2) Have they changed anything about how the second TV signal is output? I like to run this output through my camcorder and be able to dub a movie to DVD for my own personal collection now and again.

3) Any issues with the "optional" OTA tuners when it comes to recording from them, etc.?

4) The remote interface looks kinda clunky to me as compared to the 722s. Thoughts from an old 722 owner?

5) Why hasn't Dish bombarded me with equipment upgrade offers?

6) Do they tack on any additional fees above and beyond my 722's fees if the 922 is my only receiver?

Thanks!


----------



## n0qcu

Bogey62 said:


> Can some kind soul point me to a rear panel shot of the 922?
> 
> A few questions from a guy coming from a 722 to maybe a 922:
> 
> 1) Does it still output to a second TV via the coax cable (including a second remote)?
> It does have a coax output but the receiver only operates in single mode unless using sling so of course it only comes with 1 remote
> 2) Have they changed anything about how the second TV signal is output? I like to run this output through my camcorder and be able to dub a movie to DVD for my own personal collection now and again.
> see answer to Q1
> 3) Any issues with the "optional" OTA tuners when it comes to recording from them, etc.?
> NO
> 4) The remote interface looks kinda clunky to me as compared to the 722s. Thoughts from an old 722 owner?
> Not sure what your asking here
> 5) Why hasn't Dish bombarded me with equipment upgrade offers?
> because they don't
> 6) Do they tack on any additional fees above and beyond my 722's fees if the 922 is my only receiver?
> Yes, the DVR fee increases from $6 to $10
> Thanks!


xx


----------



## phrelin

You can see a rear panel view at the Tech Portal here. Click on the picture.


----------



## Bogey62

phrelin said:


> You can see a rear panel view at the Tech Portal here. Click on the picture.


Thanks.


----------



## Bogey62

n0qcu said:


> xx


The no second TV is a deal-breaker here -- too bad.

Thanks for the answers!


----------



## shadough

I believe the tv2 output does actually output a signal, but its only whatever your watching on tv1. NOt sure if it still outputs tv1 when 'someone' "slings" in but I would assume it does.

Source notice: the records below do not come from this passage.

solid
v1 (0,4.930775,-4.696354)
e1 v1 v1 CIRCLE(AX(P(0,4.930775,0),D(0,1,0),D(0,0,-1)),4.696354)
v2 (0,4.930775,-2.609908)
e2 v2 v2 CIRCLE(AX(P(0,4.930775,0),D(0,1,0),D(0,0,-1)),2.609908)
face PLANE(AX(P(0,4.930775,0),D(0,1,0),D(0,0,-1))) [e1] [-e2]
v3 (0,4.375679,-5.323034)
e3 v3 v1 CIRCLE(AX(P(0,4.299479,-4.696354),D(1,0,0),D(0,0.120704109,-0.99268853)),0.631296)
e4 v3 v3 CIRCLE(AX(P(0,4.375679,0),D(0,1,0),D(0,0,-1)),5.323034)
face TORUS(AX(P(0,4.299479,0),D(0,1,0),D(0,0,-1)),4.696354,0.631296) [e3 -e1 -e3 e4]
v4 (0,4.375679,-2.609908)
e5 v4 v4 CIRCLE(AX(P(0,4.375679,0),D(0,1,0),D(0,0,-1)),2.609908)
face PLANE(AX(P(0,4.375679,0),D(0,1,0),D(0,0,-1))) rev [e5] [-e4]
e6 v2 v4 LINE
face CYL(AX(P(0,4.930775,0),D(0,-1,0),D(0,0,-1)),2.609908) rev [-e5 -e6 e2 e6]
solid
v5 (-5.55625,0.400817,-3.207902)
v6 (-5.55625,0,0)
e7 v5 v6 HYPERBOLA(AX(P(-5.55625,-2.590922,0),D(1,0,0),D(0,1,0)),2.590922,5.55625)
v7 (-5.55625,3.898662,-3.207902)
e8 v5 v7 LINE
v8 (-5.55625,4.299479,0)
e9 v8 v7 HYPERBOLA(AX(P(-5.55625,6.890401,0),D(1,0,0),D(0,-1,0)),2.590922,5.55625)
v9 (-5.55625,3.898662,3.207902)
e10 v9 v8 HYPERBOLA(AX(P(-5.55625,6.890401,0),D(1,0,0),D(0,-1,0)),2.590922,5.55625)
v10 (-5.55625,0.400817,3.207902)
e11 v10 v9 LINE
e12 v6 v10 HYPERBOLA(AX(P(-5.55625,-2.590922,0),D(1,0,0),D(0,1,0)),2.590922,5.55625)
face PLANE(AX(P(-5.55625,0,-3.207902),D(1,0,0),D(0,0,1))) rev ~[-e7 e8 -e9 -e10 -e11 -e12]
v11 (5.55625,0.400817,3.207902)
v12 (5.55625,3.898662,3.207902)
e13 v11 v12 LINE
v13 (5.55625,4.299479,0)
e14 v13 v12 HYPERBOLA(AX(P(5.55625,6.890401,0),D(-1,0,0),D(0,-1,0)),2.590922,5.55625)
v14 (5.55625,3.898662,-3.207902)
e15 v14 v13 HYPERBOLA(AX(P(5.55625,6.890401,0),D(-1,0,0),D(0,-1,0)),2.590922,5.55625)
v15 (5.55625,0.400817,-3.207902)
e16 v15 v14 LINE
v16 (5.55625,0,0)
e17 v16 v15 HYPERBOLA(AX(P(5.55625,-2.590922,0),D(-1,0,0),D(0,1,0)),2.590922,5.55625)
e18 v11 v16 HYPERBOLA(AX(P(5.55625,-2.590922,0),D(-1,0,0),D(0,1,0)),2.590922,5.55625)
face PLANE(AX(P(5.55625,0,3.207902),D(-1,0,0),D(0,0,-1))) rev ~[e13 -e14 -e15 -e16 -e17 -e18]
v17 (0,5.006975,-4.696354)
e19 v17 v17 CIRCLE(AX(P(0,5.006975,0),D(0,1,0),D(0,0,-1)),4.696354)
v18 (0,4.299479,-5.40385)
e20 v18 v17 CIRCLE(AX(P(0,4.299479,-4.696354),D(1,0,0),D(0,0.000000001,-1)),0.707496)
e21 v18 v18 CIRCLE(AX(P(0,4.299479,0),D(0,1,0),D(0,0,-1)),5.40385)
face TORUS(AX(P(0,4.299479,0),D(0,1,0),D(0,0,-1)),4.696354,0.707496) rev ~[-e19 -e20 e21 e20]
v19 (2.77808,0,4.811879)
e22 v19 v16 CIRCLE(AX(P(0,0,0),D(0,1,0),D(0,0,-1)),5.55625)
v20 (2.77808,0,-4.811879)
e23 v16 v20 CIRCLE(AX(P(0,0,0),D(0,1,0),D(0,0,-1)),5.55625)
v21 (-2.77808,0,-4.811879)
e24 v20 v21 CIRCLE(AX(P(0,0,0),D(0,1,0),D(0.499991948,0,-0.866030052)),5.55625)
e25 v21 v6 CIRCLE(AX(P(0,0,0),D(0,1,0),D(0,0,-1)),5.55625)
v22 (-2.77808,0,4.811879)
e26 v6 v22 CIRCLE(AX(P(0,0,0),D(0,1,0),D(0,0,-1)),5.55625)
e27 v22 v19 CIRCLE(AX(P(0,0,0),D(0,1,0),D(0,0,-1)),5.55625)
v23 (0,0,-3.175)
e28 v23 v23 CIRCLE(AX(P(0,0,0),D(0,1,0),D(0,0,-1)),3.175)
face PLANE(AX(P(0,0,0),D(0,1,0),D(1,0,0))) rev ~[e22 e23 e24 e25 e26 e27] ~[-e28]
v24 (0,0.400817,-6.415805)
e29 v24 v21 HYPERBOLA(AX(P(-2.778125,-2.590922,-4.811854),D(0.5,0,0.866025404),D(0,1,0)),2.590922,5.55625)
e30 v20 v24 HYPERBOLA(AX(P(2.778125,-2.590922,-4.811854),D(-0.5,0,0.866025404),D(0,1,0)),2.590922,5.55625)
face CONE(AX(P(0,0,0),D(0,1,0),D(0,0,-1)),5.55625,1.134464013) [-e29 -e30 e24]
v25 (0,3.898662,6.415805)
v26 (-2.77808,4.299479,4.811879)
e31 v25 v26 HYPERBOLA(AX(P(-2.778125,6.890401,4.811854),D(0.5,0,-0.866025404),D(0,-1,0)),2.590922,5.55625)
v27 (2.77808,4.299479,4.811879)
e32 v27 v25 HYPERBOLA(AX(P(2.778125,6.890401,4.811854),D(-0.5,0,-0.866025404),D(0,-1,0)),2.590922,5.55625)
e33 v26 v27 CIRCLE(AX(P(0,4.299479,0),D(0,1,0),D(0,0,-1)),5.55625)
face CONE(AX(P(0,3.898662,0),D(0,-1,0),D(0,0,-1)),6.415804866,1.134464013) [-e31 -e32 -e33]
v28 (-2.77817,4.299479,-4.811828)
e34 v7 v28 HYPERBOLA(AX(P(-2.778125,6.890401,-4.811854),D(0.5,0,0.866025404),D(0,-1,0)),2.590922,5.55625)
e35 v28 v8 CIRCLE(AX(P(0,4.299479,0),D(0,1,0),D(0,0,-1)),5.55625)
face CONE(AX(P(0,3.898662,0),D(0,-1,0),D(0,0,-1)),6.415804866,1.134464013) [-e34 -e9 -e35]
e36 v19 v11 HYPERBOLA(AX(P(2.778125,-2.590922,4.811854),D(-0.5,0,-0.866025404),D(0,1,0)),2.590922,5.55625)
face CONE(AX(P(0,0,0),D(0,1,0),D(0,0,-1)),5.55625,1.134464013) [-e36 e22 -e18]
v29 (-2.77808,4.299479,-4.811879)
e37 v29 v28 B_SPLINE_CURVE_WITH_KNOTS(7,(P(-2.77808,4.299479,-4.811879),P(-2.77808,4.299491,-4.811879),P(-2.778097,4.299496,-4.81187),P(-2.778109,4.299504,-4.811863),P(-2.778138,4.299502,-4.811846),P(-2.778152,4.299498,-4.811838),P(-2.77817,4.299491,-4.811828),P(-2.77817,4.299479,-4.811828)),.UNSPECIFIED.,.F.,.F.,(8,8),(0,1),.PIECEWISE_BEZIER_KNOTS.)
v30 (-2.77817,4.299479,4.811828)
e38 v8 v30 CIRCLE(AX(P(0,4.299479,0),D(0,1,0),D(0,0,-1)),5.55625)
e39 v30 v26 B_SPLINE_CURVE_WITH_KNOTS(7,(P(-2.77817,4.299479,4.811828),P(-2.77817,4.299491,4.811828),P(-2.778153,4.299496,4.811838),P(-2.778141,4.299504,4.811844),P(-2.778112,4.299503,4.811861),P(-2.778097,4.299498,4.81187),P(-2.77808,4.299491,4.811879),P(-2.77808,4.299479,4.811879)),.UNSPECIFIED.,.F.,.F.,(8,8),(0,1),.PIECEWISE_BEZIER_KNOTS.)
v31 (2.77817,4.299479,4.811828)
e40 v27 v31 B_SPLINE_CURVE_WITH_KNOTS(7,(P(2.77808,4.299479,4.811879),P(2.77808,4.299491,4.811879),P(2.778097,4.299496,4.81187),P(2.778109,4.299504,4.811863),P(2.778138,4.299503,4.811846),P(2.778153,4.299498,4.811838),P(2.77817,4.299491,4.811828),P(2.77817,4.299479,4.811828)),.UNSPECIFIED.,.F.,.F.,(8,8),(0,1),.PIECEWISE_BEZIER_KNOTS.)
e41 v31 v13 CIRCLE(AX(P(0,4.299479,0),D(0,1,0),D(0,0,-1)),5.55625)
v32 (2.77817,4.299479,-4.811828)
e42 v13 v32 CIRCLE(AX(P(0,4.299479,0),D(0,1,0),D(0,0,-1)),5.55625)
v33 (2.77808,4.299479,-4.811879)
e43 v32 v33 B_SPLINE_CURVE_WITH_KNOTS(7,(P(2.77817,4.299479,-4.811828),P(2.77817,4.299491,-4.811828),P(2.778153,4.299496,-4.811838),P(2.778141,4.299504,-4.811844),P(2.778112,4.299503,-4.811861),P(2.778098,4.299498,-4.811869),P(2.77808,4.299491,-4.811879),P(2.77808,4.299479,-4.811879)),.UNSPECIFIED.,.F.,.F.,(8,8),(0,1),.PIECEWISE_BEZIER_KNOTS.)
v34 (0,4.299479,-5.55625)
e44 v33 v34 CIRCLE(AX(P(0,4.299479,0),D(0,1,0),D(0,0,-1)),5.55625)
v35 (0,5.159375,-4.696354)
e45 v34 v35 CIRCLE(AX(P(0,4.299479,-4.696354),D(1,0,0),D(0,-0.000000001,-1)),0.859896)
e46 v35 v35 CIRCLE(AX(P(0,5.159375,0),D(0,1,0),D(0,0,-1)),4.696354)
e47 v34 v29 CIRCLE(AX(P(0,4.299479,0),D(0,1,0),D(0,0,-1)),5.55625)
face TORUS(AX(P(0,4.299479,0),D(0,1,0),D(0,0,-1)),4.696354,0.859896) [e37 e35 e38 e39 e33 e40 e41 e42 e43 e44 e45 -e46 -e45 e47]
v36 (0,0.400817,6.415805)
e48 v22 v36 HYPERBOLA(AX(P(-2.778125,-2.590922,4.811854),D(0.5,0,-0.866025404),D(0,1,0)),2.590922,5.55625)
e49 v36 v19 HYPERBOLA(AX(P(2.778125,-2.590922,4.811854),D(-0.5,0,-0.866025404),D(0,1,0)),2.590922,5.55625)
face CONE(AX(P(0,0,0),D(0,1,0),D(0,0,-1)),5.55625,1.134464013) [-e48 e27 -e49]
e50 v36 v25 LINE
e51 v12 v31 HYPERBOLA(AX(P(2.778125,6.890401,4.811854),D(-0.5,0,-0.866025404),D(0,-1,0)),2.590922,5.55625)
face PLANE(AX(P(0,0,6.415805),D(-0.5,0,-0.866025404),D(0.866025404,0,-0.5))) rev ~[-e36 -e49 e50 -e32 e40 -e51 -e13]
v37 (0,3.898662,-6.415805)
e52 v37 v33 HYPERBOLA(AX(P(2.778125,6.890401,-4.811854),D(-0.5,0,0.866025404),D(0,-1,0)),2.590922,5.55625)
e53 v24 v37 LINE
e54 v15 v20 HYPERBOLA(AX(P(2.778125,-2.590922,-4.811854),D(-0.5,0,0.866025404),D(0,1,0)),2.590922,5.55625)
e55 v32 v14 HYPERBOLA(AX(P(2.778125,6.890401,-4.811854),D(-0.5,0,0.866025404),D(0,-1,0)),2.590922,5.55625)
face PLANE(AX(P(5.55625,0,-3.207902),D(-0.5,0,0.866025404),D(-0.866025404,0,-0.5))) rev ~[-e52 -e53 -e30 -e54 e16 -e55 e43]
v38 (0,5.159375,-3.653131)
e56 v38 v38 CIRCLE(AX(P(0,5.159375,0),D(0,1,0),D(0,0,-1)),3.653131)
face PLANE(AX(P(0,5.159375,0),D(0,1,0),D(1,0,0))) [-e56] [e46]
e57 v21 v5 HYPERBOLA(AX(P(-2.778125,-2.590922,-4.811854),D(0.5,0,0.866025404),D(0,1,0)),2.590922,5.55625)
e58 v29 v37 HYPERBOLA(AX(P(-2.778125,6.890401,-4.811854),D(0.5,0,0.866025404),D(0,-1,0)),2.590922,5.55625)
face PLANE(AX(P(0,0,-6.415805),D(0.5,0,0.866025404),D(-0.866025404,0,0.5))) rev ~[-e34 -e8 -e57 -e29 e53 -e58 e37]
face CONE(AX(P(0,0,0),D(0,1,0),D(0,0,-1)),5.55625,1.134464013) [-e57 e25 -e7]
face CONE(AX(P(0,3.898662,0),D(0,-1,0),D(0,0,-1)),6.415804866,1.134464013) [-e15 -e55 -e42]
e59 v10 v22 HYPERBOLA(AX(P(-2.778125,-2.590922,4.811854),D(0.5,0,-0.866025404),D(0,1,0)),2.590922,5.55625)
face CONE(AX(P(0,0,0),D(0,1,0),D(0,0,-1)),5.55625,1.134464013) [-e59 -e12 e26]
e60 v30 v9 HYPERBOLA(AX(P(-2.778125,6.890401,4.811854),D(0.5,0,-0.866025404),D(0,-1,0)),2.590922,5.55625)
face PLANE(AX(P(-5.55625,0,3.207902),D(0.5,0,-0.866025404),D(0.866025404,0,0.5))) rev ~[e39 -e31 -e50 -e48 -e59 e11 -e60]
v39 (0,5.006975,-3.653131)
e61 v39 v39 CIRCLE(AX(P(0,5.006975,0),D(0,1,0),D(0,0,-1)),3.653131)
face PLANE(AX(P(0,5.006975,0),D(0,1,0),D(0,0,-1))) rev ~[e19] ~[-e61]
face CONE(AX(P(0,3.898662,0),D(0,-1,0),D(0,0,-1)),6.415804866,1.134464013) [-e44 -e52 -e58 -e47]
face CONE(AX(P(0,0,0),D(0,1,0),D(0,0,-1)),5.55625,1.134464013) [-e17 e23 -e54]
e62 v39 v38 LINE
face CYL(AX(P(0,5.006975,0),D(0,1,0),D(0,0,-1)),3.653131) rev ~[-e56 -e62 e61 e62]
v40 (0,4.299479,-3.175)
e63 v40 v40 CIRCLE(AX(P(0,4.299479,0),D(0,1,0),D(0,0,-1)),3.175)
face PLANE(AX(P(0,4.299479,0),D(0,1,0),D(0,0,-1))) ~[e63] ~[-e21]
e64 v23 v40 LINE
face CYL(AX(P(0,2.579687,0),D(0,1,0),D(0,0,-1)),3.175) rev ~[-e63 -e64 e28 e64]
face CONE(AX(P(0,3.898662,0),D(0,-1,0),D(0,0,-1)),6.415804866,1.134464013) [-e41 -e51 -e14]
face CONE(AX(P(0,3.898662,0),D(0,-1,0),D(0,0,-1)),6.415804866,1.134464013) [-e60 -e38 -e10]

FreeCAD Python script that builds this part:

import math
import FreeCAD as App
import Part
import Sketcher
from FreeCAD import Vector
Q = App.Units.Quantity

doc = App.newDocument("Part")
body = doc.addObject("PartDesign::Body", "Body")

sketch1 = body.newObject("Sketcher::SketchObject", "Sketch")
sketch1.AttachmentSupport = (doc.getObject("XZ_Plane"), [""])
sketch1.MapMode = "FlatFace"
sketch1.addGeometry([
    Part.LineSegment(Vector(0, -6, 0), Vector(-6, -3, 0)),
    Part.LineSegment(Vector(-6, -3, 0), Vector(-6, 3, 0)),
    Part.LineSegment(Vector(-6, 3, 0), Vector(0, 6, 0)),
    Part.LineSegment(Vector(0, 6, 0), Vector(6, 3, 0)),
    Part.LineSegment(Vector(6, 3, 0), Vector(6, -3, 0)),
    Part.LineSegment(Vector(6, -3, 0), Vector(0, -6, 0)),
], False)
sketch1.addConstraint([
    Sketcher.Constraint("Coincident", 0, 2, 1, 1),
    Sketcher.Constraint("Coincident", 1, 2, 2, 1),
    Sketcher.Constraint("Coincident", 2, 2, 3, 1),
    Sketcher.Constraint("Coincident", 3, 2, 4, 1),
    Sketcher.Constraint("Coincident", 4, 2, 5, 1),
    Sketcher.Constraint("Coincident", 5, 2, 0, 1),
    Sketcher.Constraint("Vertical", 1),
    Sketcher.Constraint("Vertical", 4),
    Sketcher.Constraint("Symmetric", 0, 2, 3, 2, -1, 1),
    Sketcher.Constraint("Symmetric", 2, 2, 5, 2, -1, 1),
    Sketcher.Constraint("PointOnObject", 2, 2, -2),
    Sketcher.Constraint("Parallel", 2, 5),
    Sketcher.Constraint("Horizontal", 1, 2, 3, 2),
    Sketcher.Constraint("Angle", 0, Q("150 deg")),
    Sketcher.Constraint("DistanceX", 0, 2, -1, 1, Q("0.21875 in")),
    Sketcher.Constraint("DistanceY", 1, 1, 1, 2, 6.415805),
])
pad1 = body.newObject("PartDesign::Pad", "Pad")
pad1.Profile = sketch1
pad1.Length = Q("0.203125 in")
pad1.Reversed = True
body2 = doc.addObject("PartDesign::Body", "Body001")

edit: I see an analog RCA Video/audio out on the TV2 side, does that too also mirror tv1?? Additionally I see an analog video out on tv1's side too even though Dish's website says it only has HD output from TV1. Does that video out send video also?


----------



## ZBoomer

Bogey62 said:


> The no second TV is a deal-breaker here -- too bad.
> 
> Thanks for the answers!


Well, it does have a 2nd TV output, but it's via Sling, not coax/rf, and it is HD, not SD like the 722. If you have a way to receive this signal at your 2nd TV, you can use it.

The 722's TV2 output was useless to me anyway, because it's not HD, so losing that didn't bother me at all. I have only HDTV's in the house.

I tried using a 722 in dual-TV mode for a while sharing it with my wife, but to be honest, sharing a DVR and tuners with a 2nd TV just flat out sucks. No pip, timers coming on and interrupting the other tv's viewing, etc.

If you have an SDTV still, I doubt you'd be the typical market for a 922 anyway.

Buy or lease a cheap SD DVR, they are a dime a dozen nowadays.


----------



## BobaBird

More photos at http://www.dishuser.org/922.php


----------



## Bogey62

ZBoomer said:


> Well, it does have a 2nd TV output, but it's via Sling, not coax/rf, and it is HD, not SD like the 722. If you have a way to receive this signal at your 2nd TV, you can use it.
> 
> The 722's TV2 output was useless to me anyway, because it's not HD, so losing that didn't bother me at all. I have only HDTV's in the house.
> 
> I tried using a 722 in dual-TV mode for a while sharing it with my wife, but to be honest, sharing a DVR and tuners with a 2nd TV just flat out sucks. No pip, timers coming on and interrupting the other tv's viewing, etc.
> 
> If you have an SDTV still, I doubt you'd be the typical market for a 922 anyway.
> 
> Buy or lease a cheap SD DVR, they are a dime a dozen nowadays.


I have a small 19" HDTV in the bedroom, but it's running off of the coax from the 722. I know it's not ideal, but it saves the day when we need to watch two different DVR programs and things like that.

I don't see how I could easily/cheaply get the Sling output to that TV.

I don't want a separate DVR in the bedroom, then I have to hassle with deciding which TV to set certain timers with and not being able to share content, blah blah. Not worth it for me to go 922 right now, I guess.

Maybe they will make a dual output version of the 922 that has two HDTV outs? That would be sweet.


----------



## jikhead

I don't see any inputs. So I take it you couldn't hook up your dvd player to stream over the Slingbox like you can on the Slingbox HD Pro version?


----------



## shadough

As far as I know, the 721 was the only reciever that had an RCA input. You couldn't dvr it but you could certainly watch it. For some reason, E* got away from this feature perhaps to distance themselves from Tivo.


----------